───── Recorded information
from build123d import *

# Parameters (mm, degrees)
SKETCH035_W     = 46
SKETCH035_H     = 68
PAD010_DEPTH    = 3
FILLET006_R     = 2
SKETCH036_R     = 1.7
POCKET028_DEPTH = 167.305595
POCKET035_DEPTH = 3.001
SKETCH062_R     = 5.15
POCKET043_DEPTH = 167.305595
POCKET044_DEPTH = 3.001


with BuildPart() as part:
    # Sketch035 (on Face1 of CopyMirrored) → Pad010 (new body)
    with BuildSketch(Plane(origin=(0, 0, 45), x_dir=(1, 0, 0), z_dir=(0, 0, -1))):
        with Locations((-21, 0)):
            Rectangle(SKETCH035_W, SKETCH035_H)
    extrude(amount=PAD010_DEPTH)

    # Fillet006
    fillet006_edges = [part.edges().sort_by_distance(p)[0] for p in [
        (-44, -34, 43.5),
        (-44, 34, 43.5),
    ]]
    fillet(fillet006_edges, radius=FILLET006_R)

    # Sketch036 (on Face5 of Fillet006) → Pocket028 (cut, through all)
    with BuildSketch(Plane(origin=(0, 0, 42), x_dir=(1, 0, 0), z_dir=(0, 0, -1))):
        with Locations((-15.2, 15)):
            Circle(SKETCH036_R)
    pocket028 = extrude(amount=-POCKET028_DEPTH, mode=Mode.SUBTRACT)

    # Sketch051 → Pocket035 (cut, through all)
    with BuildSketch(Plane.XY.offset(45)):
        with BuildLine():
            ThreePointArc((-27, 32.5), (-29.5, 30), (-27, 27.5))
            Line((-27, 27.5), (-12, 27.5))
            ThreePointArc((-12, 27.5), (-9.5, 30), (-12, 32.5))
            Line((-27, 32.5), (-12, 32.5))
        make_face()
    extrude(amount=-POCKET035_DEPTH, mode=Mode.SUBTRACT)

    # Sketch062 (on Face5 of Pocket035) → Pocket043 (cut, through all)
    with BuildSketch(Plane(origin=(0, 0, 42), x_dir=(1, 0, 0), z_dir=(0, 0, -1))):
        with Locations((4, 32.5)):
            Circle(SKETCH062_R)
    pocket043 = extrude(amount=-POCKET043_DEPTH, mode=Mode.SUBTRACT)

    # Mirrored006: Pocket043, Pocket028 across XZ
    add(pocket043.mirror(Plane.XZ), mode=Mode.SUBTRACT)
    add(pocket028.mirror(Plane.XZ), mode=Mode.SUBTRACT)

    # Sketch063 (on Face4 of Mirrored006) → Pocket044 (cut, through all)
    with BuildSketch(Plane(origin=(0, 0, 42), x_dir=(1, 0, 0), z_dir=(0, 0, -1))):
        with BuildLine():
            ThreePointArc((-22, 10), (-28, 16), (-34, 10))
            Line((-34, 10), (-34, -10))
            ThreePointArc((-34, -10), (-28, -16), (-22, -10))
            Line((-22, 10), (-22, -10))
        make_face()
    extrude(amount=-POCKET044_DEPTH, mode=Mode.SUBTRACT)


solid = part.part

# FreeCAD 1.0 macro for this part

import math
import FreeCAD as App
import Part
import Sketcher
from FreeCAD import Vector
Q = App.Units.Quantity


def edges_at(feature, points):
    """Names of the edges that pass closest to the given points."""
    edges = feature.Shape.Edges
    near = lambda p: min(range(len(edges)), key=lambda i: edges[i].distToShape(Part.Vertex(*p))[0])
    return sorted({f"Edge{near(p) + 1}" for p in points})

doc = App.newDocument("Part")
body = doc.addObject("PartDesign::Body", "Body")

# Sketch on XY plane
sketch1 = body.newObject("Sketcher::SketchObject", "Sketch")
sketch1.AttachmentSupport = (doc.getObject("XY_Plane"), [""])
sketch1.MapMode = "FlatFace"
sketch1.AttachmentOffset = App.Placement(Vector(0, 0, 45), App.Rotation())
sketch1.addGeometry([
    Part.LineSegment(Vector(-44, -34, 0), Vector(-44, 34, 0)),
    Part.LineSegment(Vector(-44, 34, 0), Vector(2, 34, 0)),
    Part.LineSegment(Vector(2, 34, 0), Vector(2, -34, 0)),
    Part.LineSegment(Vector(2, -34, 0), Vector(-44, -34, 0)),
], False)
sketch1.addConstraint([
    Sketcher.Constraint("Coincident", 0, 2, 1, 1),
    Sketcher.Constraint("Coincident", 1, 2, 2, 1),
    Sketcher.Constraint("Coincident", 2, 2, 3, 1),
    Sketcher.Constraint("Coincident", 3, 2, 0, 1),
    Sketcher.Constraint("Vertical", 0),
    Sketcher.Constraint("Horizontal", 1),
    Sketcher.Constraint("Vertical", 2),
    Sketcher.Constraint("Horizontal", 3),
    Sketcher.Constraint("DistanceX", 1, 1, 1, 2, Q("46 mm")),
    Sketcher.Constraint("DistanceY", 0, 1, 0, 2, Q("68 mm")),
    Sketcher.Constraint("DistanceX", 0, 2, -1, 1, Q("44 mm")),
    Sketcher.Constraint("DistanceY", -1, 1, 0, 2, Q("34 mm")),
])
pad1 = body.newObject("PartDesign::Pad", "Pad")
pad1.Profile = sketch1
pad1.Length = 3
pad1.Reversed = True
doc.recompute()

fillet = body.newObject("PartDesign::Fillet", "Fillet")
fillet.Base = (pad1, edges_at(pad1, [(-44, -34, 43.5), (-44, 34, 43.5)]))
fillet.Radius = 2

# Sketch on XY plane
sketch2 = body.newObject("Sketcher::SketchObject", "Sketch001")
sketch2.AttachmentSupport = (doc.getObject("XY_Plane"), [""])
sketch2.MapMode = "FlatFace"
sketch2.AttachmentOffset = App.Placement(Vector(0, 0, 42), App.Rotation())
sketch2.addGeometry(Part.Circle(Vector(-15.2, -15, 0), Vector(0, 0, 1), 1.7), False)
sketch2.addConstraint([
    Sketcher.Constraint("Diameter", 0, Q("3.4 mm")),
    Sketcher.Constraint("DistanceY", 0, 3, -1, 1, Q("15 mm")),
    Sketcher.Constraint("DistanceX", 0, 3, -1, 1, Q("15.2 mm")),
])
pocket1 = body.newObject("PartDesign::Pocket", "Pocket")
pocket1.Profile = sketch2
pocket1.Type = "ThroughAll"
pocket1.Reversed = True

# Sketch on XY plane
sketch3 = body.newObject("Sketcher::SketchObject", "Sketch002")
sketch3.AttachmentSupport = (doc.getObject("XY_Plane"), [""])
sketch3.MapMode = "FlatFace"
sketch3.AttachmentOffset = App.Placement(Vector(0, 0, 45), App.Rotation())
sketch3.addGeometry([
    Part.ArcOfCircle(Part.Circle(Vector(-27, 30, 0), Vector(0, 0, 1), 2.5), math.radians(90), math.radians(270)),
    Part.LineSegment(Vector(-27, 27.5, 0), Vector(-12, 27.5, 0)),
    Part.ArcOfCircle(Part.Circle(Vector(-12, 30, 0), Vector(0, 0, 1), 2.5), math.radians(-90), math.radians(90)),
    Part.LineSegment(Vector(-12, 32.5, 0), Vector(-27, 32.5, 0)),
], False)
sketch3.addConstraint([
    Sketcher.Constraint("Tangent", 0, 2, 1, 1),
    Sketcher.Constraint("Tangent", 1, 2, 2, 1),
    Sketcher.Constraint("Tangent", 2, 2, 3, 1),
    Sketcher.Constraint("Tangent", 3, 2, 0, 1),
    Sketcher.Constraint("Horizontal", 1),
    Sketcher.Constraint("Horizontal", 3),
    Sketcher.Constraint("Radius", 0, Q("2.5 mm")),
    Sketcher.Constraint("DistanceX", 1, 1, 1, 2, Q("15 mm")),
    Sketcher.Constraint("DistanceX", 0, 3, -1, 1, Q("27 mm")),
    Sketcher.Constraint("DistanceY", -1, 1, 0, 3, Q("30 mm")),
])
pocket2 = body.newObject("PartDesign::Pocket", "Pocket001")
pocket2.Profile = sketch3
pocket2.Type = "ThroughAll"

# Sketch on XY plane
sketch4 = body.newObject("Sketcher::SketchObject", "Sketch003")
sketch4.AttachmentSupport = (doc.getObject("XY_Plane"), [""])
sketch4.MapMode = "FlatFace"
sketch4.AttachmentOffset = App.Placement(Vector(0, 0, 42), App.Rotation())
sketch4.addGeometry(Part.Circle(Vector(4, -32, 0), Vector(0, 0, 1), 5), False)
sketch4.addConstraint([
    Sketcher.Constraint("Diameter", 0, Q("10.3 mm")),
    Sketcher.Constraint("DistanceX", -1, 1, 0, 3, Q("4 mm")),
    Sketcher.Constraint("DistanceY", 0, 3, -1, 1, Q("32.5 mm")),
])
pocket3 = body.newObject("PartDesign::Pocket", "Pocket002")
pocket3.Profile = sketch4
pocket3.Type = "ThroughAll"
pocket3.Reversed = True
doc.recompute()

mirrored = body.newObject("PartDesign::Mirrored", "Mirrored")
mirrored.Originals = [pocket3, pocket1]
mirrored.MirrorPlane = (doc.getObject("XZ_Plane"), [""])
body.Tip = mirrored

# Sketch on XY plane
sketch5 = body.newObject("Sketcher::SketchObject", "Sketch004")
sketch5.AttachmentSupport = (doc.getObject("XY_Plane"), [""])
sketch5.MapMode = "FlatFace"
sketch5.AttachmentOffset = App.Placement(Vector(0, 0, 42), App.Rotation())
sketch5.addGeometry([
    Part.ArcOfCircle(Part.Circle(Vector(-28, -10, 0), Vector(0, 0, 1), 6), math.radians(180), math.radians(360)),
    Part.LineSegment(Vector(-34, -10, 0), Vector(-34, 10, 0)),
    Part.ArcOfCircle(Part.Circle(Vector(-28, 10, 0), Vector(0, 0, 1), 6), math.radians(0), math.radians(180)),
    Part.LineSegment(Vector(-22, 10, 0), Vector(-22, -10, 0)),
], False)
sketch5.addConstraint([
    Sketcher.Constraint("Tangent", 0, 1, 1, 1),
    Sketcher.Constraint("Tangent", 1, 2, 2, 2),
    Sketcher.Constraint("Tangent", 2, 1, 3, 1),
    Sketcher.Constraint("Tangent", 3, 2, 0, 2),
    Sketcher.Constraint("Vertical", 1),
    Sketcher.Constraint("Vertical", 3),
    Sketcher.Constraint("Radius", 0, Q("6 mm")),
    Sketcher.Constraint("DistanceY", 1, 1, 1, 2, Q("20 mm")),
    Sketcher.Constraint("DistanceX", 0, 3, -1, 1, Q("28 mm")),
    Sketcher.Constraint("DistanceY", 0, 3, -1, 1, Q("10 mm")),
])
pocket4 = body.newObject("PartDesign::Pocket", "Pocket003")
pocket4.Profile = sketch5
pocket4.Type = "ThroughAll"
pocket4.Reversed = True

doc.recompute()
──────────
Requirement
Look above for the line holding "add(pocket043.mirror(Plane.XZ), mode=Mode.SUBTRACT)". Print it and every line after it, exactly, through the line holding "# FreeCAD 1.0 macro for this part".

Output
    add(pocket043.mirror(Plane.XZ), mode=Mode.SUBTRACT)
    add(pocket028.mirror(Plane.XZ), mode=Mode.SUBTRACT)

    # Sketch063 (on Face4 of Mirrored006) → Pocket044 (cut, through all)
    with BuildSketch(Plane(origin=(0, 0, 42), x_dir=(1, 0, 0), z_dir=(0, 0, -1))):
        with BuildLine():
            ThreePointArc((-22, 10), (-28, 16), (-34, 10))
            Line((-34, 10), (-34, -10))
            ThreePointArc((-34, -10), (-28, -16), (-22, -10))
            Line((-22, 10), (-22, -10))
        make_face()
    extrude(amount=-POCKET044_DEPTH, mode=Mode.SUBTRACT)


solid = part.part

# FreeCAD 1.0 macro for this part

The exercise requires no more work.